§ Extracted data entries:
+++
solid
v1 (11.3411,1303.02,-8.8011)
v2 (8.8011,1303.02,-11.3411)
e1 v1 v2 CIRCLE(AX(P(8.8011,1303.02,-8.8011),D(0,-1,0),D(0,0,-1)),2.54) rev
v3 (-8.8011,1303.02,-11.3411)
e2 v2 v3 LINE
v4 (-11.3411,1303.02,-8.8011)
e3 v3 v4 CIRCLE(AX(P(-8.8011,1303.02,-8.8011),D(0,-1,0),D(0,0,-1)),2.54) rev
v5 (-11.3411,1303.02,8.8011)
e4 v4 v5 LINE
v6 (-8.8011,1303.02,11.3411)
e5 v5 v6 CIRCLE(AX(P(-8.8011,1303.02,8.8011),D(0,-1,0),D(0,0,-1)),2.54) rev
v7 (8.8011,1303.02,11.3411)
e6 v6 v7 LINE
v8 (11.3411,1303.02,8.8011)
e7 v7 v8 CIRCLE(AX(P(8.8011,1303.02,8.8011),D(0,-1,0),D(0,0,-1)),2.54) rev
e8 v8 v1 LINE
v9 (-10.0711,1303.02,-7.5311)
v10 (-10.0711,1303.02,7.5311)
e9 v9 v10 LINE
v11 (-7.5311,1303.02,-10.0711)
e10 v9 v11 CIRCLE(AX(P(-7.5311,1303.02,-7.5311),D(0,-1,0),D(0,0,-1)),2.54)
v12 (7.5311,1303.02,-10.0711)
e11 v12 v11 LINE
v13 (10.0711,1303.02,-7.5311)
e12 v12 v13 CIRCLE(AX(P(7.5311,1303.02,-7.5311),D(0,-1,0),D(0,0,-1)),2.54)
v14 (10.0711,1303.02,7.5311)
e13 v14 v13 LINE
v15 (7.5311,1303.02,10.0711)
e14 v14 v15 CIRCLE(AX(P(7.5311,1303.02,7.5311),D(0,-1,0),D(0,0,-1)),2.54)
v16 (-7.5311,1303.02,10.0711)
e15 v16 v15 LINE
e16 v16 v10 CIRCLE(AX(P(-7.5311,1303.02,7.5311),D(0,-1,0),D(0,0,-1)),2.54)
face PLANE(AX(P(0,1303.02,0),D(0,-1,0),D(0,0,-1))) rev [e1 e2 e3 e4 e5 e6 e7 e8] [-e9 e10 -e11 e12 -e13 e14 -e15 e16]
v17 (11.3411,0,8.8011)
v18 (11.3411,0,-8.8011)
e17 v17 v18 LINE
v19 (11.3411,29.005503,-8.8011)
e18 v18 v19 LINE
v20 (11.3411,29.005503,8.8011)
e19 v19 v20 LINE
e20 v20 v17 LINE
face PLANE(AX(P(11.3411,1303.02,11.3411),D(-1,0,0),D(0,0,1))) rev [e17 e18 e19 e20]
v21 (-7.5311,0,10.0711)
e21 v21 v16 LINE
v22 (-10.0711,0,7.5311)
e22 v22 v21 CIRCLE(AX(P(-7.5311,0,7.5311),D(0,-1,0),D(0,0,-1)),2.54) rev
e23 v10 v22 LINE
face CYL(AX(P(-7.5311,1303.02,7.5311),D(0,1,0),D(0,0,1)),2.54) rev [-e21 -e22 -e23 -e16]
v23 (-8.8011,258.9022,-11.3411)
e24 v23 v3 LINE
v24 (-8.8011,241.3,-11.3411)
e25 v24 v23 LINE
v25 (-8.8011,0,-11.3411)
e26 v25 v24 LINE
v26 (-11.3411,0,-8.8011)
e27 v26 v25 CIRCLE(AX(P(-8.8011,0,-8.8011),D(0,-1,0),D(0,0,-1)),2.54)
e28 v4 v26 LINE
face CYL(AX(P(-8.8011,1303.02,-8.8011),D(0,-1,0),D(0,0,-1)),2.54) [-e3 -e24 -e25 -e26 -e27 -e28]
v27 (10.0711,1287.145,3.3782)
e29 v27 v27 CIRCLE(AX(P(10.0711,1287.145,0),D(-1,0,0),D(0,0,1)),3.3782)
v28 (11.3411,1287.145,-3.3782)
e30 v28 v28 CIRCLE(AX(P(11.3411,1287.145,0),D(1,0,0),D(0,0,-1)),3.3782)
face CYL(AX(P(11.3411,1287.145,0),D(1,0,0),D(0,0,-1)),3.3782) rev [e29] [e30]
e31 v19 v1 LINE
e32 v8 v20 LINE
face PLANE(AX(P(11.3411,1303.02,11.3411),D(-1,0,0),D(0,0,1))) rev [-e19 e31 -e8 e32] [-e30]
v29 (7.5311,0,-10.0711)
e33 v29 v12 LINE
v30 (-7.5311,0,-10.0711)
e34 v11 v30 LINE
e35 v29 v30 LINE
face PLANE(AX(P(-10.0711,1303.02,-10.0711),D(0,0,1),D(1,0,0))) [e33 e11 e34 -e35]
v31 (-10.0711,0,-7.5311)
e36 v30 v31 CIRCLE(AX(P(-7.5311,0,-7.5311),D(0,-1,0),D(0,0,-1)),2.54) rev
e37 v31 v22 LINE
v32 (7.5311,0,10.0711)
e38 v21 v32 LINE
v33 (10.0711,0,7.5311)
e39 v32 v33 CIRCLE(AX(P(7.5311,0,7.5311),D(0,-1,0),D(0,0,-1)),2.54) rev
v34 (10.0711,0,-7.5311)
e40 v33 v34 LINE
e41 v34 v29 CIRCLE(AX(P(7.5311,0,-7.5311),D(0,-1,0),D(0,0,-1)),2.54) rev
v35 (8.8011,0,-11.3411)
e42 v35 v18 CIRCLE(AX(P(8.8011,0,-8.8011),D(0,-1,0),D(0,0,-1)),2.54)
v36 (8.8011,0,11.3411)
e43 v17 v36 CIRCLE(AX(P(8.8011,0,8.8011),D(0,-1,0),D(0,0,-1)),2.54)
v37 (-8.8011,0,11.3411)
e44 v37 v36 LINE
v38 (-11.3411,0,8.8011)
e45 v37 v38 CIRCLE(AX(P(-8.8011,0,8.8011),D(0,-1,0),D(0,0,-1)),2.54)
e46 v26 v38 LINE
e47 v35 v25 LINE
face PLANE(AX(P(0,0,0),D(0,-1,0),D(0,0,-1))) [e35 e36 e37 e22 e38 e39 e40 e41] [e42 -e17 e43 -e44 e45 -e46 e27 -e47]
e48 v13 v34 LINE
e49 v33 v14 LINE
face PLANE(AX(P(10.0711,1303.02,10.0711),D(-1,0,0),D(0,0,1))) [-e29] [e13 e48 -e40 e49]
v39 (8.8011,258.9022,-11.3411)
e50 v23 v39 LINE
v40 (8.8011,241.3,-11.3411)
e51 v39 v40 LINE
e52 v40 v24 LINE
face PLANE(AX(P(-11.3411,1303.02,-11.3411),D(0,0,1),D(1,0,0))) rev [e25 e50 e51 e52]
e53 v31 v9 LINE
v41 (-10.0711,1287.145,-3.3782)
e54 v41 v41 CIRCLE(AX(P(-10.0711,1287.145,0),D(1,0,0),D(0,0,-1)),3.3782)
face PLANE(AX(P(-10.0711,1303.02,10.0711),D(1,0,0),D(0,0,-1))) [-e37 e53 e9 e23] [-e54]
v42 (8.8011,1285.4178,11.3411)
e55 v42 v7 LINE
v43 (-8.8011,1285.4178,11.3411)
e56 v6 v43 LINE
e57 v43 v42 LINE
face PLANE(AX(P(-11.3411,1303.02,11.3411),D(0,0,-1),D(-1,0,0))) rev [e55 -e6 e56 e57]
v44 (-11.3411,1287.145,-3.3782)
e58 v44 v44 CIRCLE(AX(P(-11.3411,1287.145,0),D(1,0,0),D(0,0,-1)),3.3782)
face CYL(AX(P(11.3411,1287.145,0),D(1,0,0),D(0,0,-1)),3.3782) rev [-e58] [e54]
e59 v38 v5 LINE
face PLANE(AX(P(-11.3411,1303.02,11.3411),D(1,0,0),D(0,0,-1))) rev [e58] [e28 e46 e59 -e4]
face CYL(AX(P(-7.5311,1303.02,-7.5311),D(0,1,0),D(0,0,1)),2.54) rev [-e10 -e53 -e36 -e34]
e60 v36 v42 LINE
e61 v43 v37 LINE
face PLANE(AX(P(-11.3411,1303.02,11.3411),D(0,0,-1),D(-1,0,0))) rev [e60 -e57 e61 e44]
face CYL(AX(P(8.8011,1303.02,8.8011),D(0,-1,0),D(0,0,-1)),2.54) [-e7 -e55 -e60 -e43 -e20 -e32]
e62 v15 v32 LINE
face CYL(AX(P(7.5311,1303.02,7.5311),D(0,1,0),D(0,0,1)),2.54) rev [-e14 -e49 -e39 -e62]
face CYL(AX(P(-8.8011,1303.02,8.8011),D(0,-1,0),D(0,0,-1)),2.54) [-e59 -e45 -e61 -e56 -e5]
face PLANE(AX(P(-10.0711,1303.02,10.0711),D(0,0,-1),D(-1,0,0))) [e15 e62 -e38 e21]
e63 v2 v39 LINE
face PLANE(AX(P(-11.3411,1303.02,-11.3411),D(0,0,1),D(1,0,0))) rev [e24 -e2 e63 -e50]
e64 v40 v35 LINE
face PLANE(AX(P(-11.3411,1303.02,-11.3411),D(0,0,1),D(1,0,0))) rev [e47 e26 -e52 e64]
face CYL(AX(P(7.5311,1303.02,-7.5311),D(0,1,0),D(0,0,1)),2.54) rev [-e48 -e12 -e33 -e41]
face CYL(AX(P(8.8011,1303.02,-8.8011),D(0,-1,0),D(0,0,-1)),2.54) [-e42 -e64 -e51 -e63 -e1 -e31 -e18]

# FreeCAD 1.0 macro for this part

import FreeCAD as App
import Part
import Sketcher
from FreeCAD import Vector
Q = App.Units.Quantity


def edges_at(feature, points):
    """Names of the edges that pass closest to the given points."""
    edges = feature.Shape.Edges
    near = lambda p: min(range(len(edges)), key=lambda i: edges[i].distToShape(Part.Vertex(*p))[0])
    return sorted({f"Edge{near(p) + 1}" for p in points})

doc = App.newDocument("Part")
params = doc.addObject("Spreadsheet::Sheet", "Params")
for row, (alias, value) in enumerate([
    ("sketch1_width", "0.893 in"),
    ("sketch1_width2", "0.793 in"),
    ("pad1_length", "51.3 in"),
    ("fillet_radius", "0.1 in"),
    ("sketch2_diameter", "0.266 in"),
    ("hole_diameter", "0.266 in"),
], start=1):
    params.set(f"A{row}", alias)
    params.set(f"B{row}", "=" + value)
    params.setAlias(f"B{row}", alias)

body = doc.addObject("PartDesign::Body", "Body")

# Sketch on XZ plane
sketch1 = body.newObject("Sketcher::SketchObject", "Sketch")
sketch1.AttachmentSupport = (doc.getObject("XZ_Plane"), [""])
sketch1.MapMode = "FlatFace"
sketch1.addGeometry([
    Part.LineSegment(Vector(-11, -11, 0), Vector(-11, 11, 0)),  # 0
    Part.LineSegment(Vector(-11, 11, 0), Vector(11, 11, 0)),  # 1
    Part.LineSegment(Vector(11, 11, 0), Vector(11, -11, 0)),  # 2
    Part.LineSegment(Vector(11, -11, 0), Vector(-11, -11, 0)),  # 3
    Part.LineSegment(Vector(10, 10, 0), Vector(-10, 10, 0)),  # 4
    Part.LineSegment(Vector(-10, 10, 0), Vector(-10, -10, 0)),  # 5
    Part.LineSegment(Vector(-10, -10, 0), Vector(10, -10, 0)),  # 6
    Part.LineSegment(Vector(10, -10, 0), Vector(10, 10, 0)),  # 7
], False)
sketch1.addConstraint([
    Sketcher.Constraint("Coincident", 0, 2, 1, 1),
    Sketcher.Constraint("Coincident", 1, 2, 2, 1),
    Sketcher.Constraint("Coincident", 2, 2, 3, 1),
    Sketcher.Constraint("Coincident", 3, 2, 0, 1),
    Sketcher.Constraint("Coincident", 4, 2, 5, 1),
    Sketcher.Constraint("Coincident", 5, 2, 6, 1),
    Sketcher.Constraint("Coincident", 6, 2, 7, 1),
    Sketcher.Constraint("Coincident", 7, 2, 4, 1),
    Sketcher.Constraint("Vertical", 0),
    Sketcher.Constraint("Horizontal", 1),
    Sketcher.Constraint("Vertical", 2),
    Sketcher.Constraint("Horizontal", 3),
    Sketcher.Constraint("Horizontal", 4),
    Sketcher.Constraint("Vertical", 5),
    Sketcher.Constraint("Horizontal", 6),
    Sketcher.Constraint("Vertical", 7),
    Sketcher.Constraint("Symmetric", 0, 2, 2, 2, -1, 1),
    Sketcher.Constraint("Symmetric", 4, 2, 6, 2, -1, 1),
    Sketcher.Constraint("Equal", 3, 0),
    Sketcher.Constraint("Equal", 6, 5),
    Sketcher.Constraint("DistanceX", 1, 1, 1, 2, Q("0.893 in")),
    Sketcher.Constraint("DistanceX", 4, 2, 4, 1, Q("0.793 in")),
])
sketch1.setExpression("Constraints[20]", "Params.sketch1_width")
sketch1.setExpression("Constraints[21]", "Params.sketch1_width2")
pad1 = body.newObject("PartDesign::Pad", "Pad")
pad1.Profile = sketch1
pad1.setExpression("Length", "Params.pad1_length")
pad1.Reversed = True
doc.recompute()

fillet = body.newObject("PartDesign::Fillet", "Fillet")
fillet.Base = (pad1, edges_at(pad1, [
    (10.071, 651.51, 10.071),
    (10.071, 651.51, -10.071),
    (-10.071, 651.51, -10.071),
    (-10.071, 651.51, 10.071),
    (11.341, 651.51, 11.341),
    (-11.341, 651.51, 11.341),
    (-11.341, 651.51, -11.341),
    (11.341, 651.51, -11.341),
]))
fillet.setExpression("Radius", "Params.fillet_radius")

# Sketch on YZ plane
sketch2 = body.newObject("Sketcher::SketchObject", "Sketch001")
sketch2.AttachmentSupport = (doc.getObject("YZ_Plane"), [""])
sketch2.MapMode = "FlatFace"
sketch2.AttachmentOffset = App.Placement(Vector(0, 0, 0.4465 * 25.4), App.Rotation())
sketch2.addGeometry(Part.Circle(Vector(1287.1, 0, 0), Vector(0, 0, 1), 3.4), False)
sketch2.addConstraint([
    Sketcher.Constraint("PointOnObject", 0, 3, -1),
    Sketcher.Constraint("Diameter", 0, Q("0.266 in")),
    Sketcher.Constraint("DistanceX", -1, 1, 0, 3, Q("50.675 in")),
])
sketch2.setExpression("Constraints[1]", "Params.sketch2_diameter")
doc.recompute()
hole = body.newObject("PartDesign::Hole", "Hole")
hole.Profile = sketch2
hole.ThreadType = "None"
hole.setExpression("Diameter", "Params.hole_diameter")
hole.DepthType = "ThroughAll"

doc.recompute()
+++
§ Task details: Please give back only the lines between the first line of the entries and the line with "e28 v4 v26 LINE", both ends included, word for word.

§ Answer box:
solid
v1 (11.3411,1303.02,-8.8011)
v2 (8.8011,1303.02,-11.3411)
e1 v1 v2 CIRCLE(AX(P(8.8011,1303.02,-8.8011),D(0,-1,0),D(0,0,-1)),2.54) rev
v3 (-8.8011,1303.02,-11.3411)
e2 v2 v3 LINE
v4 (-11.3411,1303.02,-8.8011)
e3 v3 v4 CIRCLE(AX(P(-8.8011,1303.02,-8.8011),D(0,-1,0),D(0,0,-1)),2.54) rev
v5 (-11.3411,1303.02,8.8011)
e4 v4 v5 LINE
v6 (-8.8011,1303.02,11.3411)
e5 v5 v6 CIRCLE(AX(P(-8.8011,1303.02,8.8011),D(0,-1,0),D(0,0,-1)),2.54) rev
v7 (8.8011,1303.02,11.3411)
e6 v6 v7 LINE
v8 (11.3411,1303.02,8.8011)
e7 v7 v8 CIRCLE(AX(P(8.8011,1303.02,8.8011),D(0,-1,0),D(0,0,-1)),2.54) rev
e8 v8 v1 LINE
v9 (-10.0711,1303.02,-7.5311)
v10 (-10.0711,1303.02,7.5311)
e9 v9 v10 LINE
v11 (-7.5311,1303.02,-10.0711)
e10 v9 v11 CIRCLE(AX(P(-7.5311,1303.02,-7.5311),D(0,-1,0),D(0,0,-1)),2.54)
v12 (7.5311,1303.02,-10.0711)
e11 v12 v11 LINE
v13 (10.0711,1303.02,-7.5311)
e12 v12 v13 CIRCLE(AX(P(7.5311,1303.02,-7.5311),D(0,-1,0),D(0,0,-1)),2.54)
v14 (10.0711,1303.02,7.5311)
e13 v14 v13 LINE
v15 (7.5311,1303.02,10.0711)
e14 v14 v15 CIRCLE(AX(P(7.5311,1303.02,7.5311),D(0,-1,0),D(0,0,-1)),2.54)
v16 (-7.5311,1303.02,10.0711)
e15 v16 v15 LINE
e16 v16 v10 CIRCLE(AX(P(-7.5311,1303.02,7.5311),D(0,-1,0),D(0,0,-1)),2.54)
face PLANE(AX(P(0,1303.02,0),D(0,-1,0),D(0,0,-1))) rev [e1 e2 e3 e4 e5 e6 e7 e8] [-e9 e10 -e11 e12 -e13 e14 -e15 e16]
v17 (11.3411,0,8.8011)
v18 (11.3411,0,-8.8011)
e17 v17 v18 LINE
v19 (11.3411,29.005503,-8.8011)
e18 v18 v19 LINE
v20 (11.3411,29.005503,8.8011)
e19 v19 v20 LINE
e20 v20 v17 LINE
face PLANE(AX(P(11.3411,1303.02,11.3411),D(-1,0,0),D(0,0,1))) rev [e17 e18 e19 e20]
v21 (-7.5311,0,10.0711)
e21 v21 v16 LINE
v22 (-10.0711,0,7.5311)
e22 v22 v21 CIRCLE(AX(P(-7.5311,0,7.5311),D(0,-1,0),D(0,0,-1)),2.54) rev
e23 v10 v22 LINE
face CYL(AX(P(-7.5311,1303.02,7.5311),D(0,1,0),D(0,0,1)),2.54) rev [-e21 -e22 -e23 -e16]
v23 (-8.8011,258.9022,-11.3411)
e24 v23 v3 LINE
v24 (-8.8011,241.3,-11.3411)
e25 v24 v23 LINE
v25 (-8.8011,0,-11.3411)
e26 v25 v24 LINE
v26 (-11.3411,0,-8.8011)
e27 v26 v25 CIRCLE(AX(P(-8.8011,0,-8.8011),D(0,-1,0),D(0,0,-1)),2.54)
e28 v4 v26 LINE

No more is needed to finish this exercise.